Share your dilemmas and get honest opinions from other Mumsnetters.

See all MNHQ comments on this thread

to think well done, Kate, but...

193 replies

bloodynurseries · 30/07/2013 17:03

It's great she had a drug free birth.

But I've seen a few posts today implying that those of us who didn't manage a drug free birth or a 'drugged birth' as one person said somewhere else, are lesser mothers? It just seems like it's yet another stick for mothers to beat each other with.

OP posts:
JugglingFromHereToThere · 01/08/2013 11:39

As usual though I just take the OP as a springboard for some very interesting and important debate emuloc - around pain in childbirth, different birth choices and outcomes, and related issues.

But I do agree who would especially worry about what sort of birth Kate had ?
Though I guess if you have your baby at the same time and read the media reports of it you might possibly compare experiences.
But only alongside others, such as your friends from ante-natal class for example - where you will probably get a wide variety of experience.

Booboostoo · 01/08/2013 11:43

I reserve all my respect and admiration for women who have a drug-free c-section.

Grin Wink

IslaMann · 01/08/2013 11:47

God does competitive mother syndrome happen even in the delivery suite? Personally I don't give a monkeys how where or who you give birth with. It's bloody hard work in any shape or form. That's why it's called labour! Just be thankful you made a human. Lots of people can't do that.

Elsiequadrille · 01/08/2013 11:50

I had a drug free birth last time. Never again!

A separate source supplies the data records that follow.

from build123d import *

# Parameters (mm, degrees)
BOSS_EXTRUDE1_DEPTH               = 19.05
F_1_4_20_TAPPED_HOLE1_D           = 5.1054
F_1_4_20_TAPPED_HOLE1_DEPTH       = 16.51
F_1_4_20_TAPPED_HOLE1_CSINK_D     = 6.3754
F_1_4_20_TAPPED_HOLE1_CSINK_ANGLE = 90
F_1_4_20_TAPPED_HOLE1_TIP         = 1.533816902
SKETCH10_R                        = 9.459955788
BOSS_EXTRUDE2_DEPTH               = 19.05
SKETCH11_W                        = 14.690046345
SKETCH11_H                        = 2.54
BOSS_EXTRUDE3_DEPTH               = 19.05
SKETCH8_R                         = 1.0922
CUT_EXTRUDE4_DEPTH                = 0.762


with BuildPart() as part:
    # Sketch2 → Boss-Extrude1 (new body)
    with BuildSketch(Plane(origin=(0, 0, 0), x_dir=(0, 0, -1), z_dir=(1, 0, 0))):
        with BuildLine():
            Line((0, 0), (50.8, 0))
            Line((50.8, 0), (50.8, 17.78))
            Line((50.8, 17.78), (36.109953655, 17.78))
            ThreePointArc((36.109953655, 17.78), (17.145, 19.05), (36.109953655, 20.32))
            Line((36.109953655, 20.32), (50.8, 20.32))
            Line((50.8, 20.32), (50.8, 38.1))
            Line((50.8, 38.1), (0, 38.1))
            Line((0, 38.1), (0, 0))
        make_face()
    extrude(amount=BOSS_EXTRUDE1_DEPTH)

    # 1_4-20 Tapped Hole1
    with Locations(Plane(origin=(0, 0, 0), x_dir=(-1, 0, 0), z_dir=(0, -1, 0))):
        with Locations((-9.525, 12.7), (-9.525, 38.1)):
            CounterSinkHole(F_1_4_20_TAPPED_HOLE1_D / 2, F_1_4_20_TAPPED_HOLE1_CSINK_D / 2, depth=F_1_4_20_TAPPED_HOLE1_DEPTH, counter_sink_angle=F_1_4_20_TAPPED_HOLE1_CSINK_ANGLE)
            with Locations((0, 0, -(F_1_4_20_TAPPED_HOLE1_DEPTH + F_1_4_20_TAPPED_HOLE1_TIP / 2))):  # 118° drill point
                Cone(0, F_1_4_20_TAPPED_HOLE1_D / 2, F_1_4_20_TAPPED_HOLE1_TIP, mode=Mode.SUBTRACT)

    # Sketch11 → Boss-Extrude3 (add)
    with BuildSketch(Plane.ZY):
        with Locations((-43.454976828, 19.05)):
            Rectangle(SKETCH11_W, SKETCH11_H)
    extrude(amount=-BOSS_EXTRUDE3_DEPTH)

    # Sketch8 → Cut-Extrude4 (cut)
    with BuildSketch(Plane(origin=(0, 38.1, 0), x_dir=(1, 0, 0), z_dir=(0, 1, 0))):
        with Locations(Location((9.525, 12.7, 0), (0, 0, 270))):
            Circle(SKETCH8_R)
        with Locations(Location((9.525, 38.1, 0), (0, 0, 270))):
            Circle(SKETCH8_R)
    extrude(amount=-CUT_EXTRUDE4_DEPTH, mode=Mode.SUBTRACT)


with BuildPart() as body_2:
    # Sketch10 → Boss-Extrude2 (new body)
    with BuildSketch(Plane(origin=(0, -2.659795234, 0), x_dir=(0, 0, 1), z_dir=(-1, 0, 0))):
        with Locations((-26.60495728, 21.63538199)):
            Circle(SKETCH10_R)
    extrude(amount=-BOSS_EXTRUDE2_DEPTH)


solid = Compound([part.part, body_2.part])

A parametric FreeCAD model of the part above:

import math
import FreeCAD as App
import Part
import Sketcher
Q = App.Units.Quantity

doc = App.newDocument("Part")
body = doc.addObject("PartDesign::Body", "Body")

# Sketch on YZ plane
sketch1 = body.newObject("Sketcher::SketchObject", "Sketch")
sketch1.AttachmentSupport = (doc.getObject("YZ_Plane"), [""])
sketch1.MapMode = "FlatFace"
sketch1.addGeometry([
    Part.LineSegment(App.Vector(0, 0, 0), App.Vector(0, -50.8, 0)),  # 0
    Part.LineSegment(App.Vector(0, -50.8, 0), App.Vector(17.8, -50.8, 0)),  # 1
    Part.LineSegment(App.Vector(17.8, -50.8, 0), App.Vector(17.8, -36.1, 0)),  # 2
    Part.ArcOfCircle(Part.Circle(App.Vector(19.1, -26.7, 0), App.Vector(0, 0, 1), 9.5), math.radians(-82), math.radians(262)),  # 3
    Part.LineSegment(App.Vector(20.3, -36.1, 0), App.Vector(20.3, -50.8, 0)),  # 4
    Part.LineSegment(App.Vector(20.3, -50.8, 0), App.Vector(38.1, -50.8, 0)),  # 5
    Part.LineSegment(App.Vector(38.1, -50.8, 0), App.Vector(38.1, 0, 0)),  # 6
    Part.LineSegment(App.Vector(38.1, 0, 0), App.Vector(0, 0, 0)),  # 7
], False)
sketch1.addConstraint([
    Sketcher.Constraint("Coincident", 0, 2, 1, 1),
    Sketcher.Constraint("Coincident", 1, 2, 2, 1),
    Sketcher.Constraint("Coincident", 2, 2, 3, 2),
    Sketcher.Constraint("Coincident", 3, 1, 4, 1),
    Sketcher.Constraint("Coincident", 4, 2, 5, 1),
    Sketcher.Constraint("Coincident", 5, 2, 6, 1),
    Sketcher.Constraint("Coincident", 6, 2, 7, 1),
    Sketcher.Constraint("Coincident", 7, 2, 0, 1),
    Sketcher.Constraint("Vertical", 0),
    Sketcher.Constraint("Horizontal", 1),
    Sketcher.Constraint("Vertical", 2),
    Sketcher.Constraint("Vertical", 4),
    Sketcher.Constraint("Horizontal", 5),
    Sketcher.Constraint("Vertical", 6),
    Sketcher.Constraint("Horizontal", 7),
    Sketcher.Constraint("Coincident", 7, 2, -1, 1),
    Sketcher.Constraint("Horizontal", 2, 2, 3, 1),
    Sketcher.Constraint("Horizontal", 1, 2, 4, 2),
    Sketcher.Constraint("Equal", 1, 5),
    Sketcher.Constraint("DistanceY", 0, 2, 0, 1, Q("2 in")),
    Sketcher.Constraint("DistanceX", 1, 1, 1, 2, Q("0.7 in")),
    Sketcher.Constraint("DistanceX", 7, 2, 7, 1, Q("1.5 in")),
    Sketcher.Constraint("Radius", 3, Q("0.375 in")),
    Sketcher.Constraint("DistanceY", 3, 3, -1, 1, Q("1.05 in")),
])
pad1 = body.newObject("PartDesign::Pad", "Pad")
pad1.Profile = sketch1
pad1.Length = Q("0.75 in")

# Sketch on XZ plane
sketch2 = body.newObject("Sketcher::SketchObject", "Sketch001")
sketch2.AttachmentSupport = (doc.getObject("XZ_Plane"), [""])
sketch2.MapMode = "FlatFace"
sketch2.addGeometry([
    Part.Circle(App.Vector(9.5, -12.7, 0), App.Vector(0, 0, 1), 2.6),
    Part.Circle(App.Vector(9.5, -38.1, 0), App.Vector(0, 0, 1), 2.6),
], False)
sketch2.addConstraint([
    Sketcher.Constraint("Equal", 0, 1),
    Sketcher.Constraint("Vertical", 0, 3, 1, 3),
    Sketcher.Constraint("Diameter", 0, Q("0.201 in")),
    Sketcher.Constraint("DistanceY", 1, 3, 0, 3, Q("1 in")),
    Sketcher.Constraint("DistanceY", 0, 3, -1, 1, Q("0.5 in")),
    Sketcher.Constraint("DistanceX", -1, 1, 0, 3, Q("0.375 in")),
])
doc.recompute()
hole = body.newObject("PartDesign::Hole", "Hole")
hole.Profile = sketch2
hole.ThreadType = "None"
hole.Diameter = Q("0.201 in")
hole.DepthType = "Dimension"
hole.Depth = Q("0.65 in")
hole.DrillPoint = "Angled"
hole.DrillPointAngle = 118
hole.HoleCutType = "Countersink"
hole.HoleCutDiameter = Q("0.251 in")
hole.HoleCutCountersinkAngle = 90

# Sketch on YZ plane
sketch3 = body.newObject("Sketcher::SketchObject", "Sketch002")
sketch3.AttachmentSupport = (doc.getObject("YZ_Plane"), [""])
sketch3.MapMode = "FlatFace"
sketch3.addGeometry([
    Part.LineSegment(App.Vector(20.3, -50.8, 0), App.Vector(17.8, -50.8, 0)),
    Part.LineSegment(App.Vector(17.8, -50.8, 0), App.Vector(17.8, -36.1, 0)),
    Part.LineSegment(App.Vector(17.8, -36.1, 0), App.Vector(20.3, -36.1, 0)),
    Part.LineSegment(App.Vector(20.3, -36.1, 0), App.Vector(20.3, -50.8, 0)),
], False)
sketch3.addConstraint([
    Sketcher.Constraint("Coincident", 0, 2, 1, 1),
    Sketcher.Constraint("Coincident", 1, 2, 2, 1),
    Sketcher.Constraint("Coincident", 2, 2, 3, 1),
    Sketcher.Constraint("Coincident", 3, 2, 0, 1),
    Sketcher.Constraint("Horizontal", 0),
    Sketcher.Constraint("Vertical", 1),
    Sketcher.Constraint("Horizontal", 2),
    Sketcher.Constraint("Vertical", 3),
    Sketcher.Constraint("DistanceX", 0, 2, 0, 1, Q("0.1 in")),
    Sketcher.Constraint("DistanceY", 0, 2, -1, 1, Q("2 in")),
    Sketcher.Constraint("DistanceX", -1, 1, 0, 2, Q("0.7 in")),
    Sketcher.Constraint("DistanceY", 1, 1, 1, 2, 14.690046),
])
pad2 = body.newObject("PartDesign::Pad", "Pad001")
pad2.Profile = sketch3
pad2.Length = Q("0.75 in")

# Sketch on XZ plane
sketch4 = body.newObject("Sketcher::SketchObject", "Sketch003")
sketch4.AttachmentSupport = (doc.getObject("XZ_Plane"), [""])
sketch4.MapMode = "FlatFace"
sketch4.AttachmentOffset = App.Placement(App.Vector(0, 0, -1.5 * 25.4), App.Rotation())
sketch4.addGeometry([
    Part.Circle(App.Vector(9.5, -12.7, 0), App.Vector(0, 0, 1), 1.1),
    Part.Circle(App.Vector(9.5, -38.1, 0), App.Vector(0, 0, 1), 1.1),
], False)
sketch4.addConstraint([
    Sketcher.Constraint("Equal", 0, 1),
    Sketcher.Constraint("Vertical", 0, 3, 1, 3),
    Sketcher.Constraint("Diameter", 0, Q("0.086 in")),
    Sketcher.Constraint("DistanceY", 1, 3, 0, 3, Q("1 in")),
    Sketcher.Constraint("DistanceY", 0, 3, -1, 1, Q("0.5 in")),
    Sketcher.Constraint("DistanceX", -1, 1, 0, 3, Q("0.375 in")),
])
pocket1 = body.newObject("PartDesign::Pocket", "Pocket")
pocket1.Profile = sketch4
pocket1.Length = Q("0.03 in")
pocket1.Reversed = True
body2 = doc.addObject("PartDesign::Body", "Body001")

# Sketch on YZ plane
sketch5 = body2.newObject("Sketcher::SketchObject", "Sketch004")
sketch5.AttachmentSupport = (doc.getObject("YZ_Plane001"), [""])
sketch5.MapMode = "FlatFace"
sketch5.addGeometry(Part.Circle(App.Vector(19, -27, 0), App.Vector(0, 0, 1), 9), False)
sketch5.addConstraint([
    Sketcher.Constraint("Diameter", 0, 18.919912),
    Sketcher.Constraint("DistanceX", -1, 1, 0, 3, 18.975587),
    Sketcher.Constraint("DistanceY", 0, 3, -1, 1, 26.604957),
])
pad3 = body2.newObject("PartDesign::Pad", "Pad002")
pad3.Profile = sketch5
pad3.Length = Q("0.75 in")

doc.recompute()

Elsiequadrille · 01/08/2013 11:51

"I reserve all my respect and admiration for women who have a drug-free c-section."

Now that is hard core!

Bogeyface · 01/08/2013 12:15

IC believe me I know all about "I want to die" When I was in labour with DC2 I was in so much pain but it was doing nothing at all. I was in so much pain but not contracting at all, and part of the problem was that the more pain I was in the more wound up and tense I got. I needed to relax but I physically couldnt. Thats why I needed an epidural. As soon as I had it I was ready to push within an hour or so, yet I had an 8 hour labour.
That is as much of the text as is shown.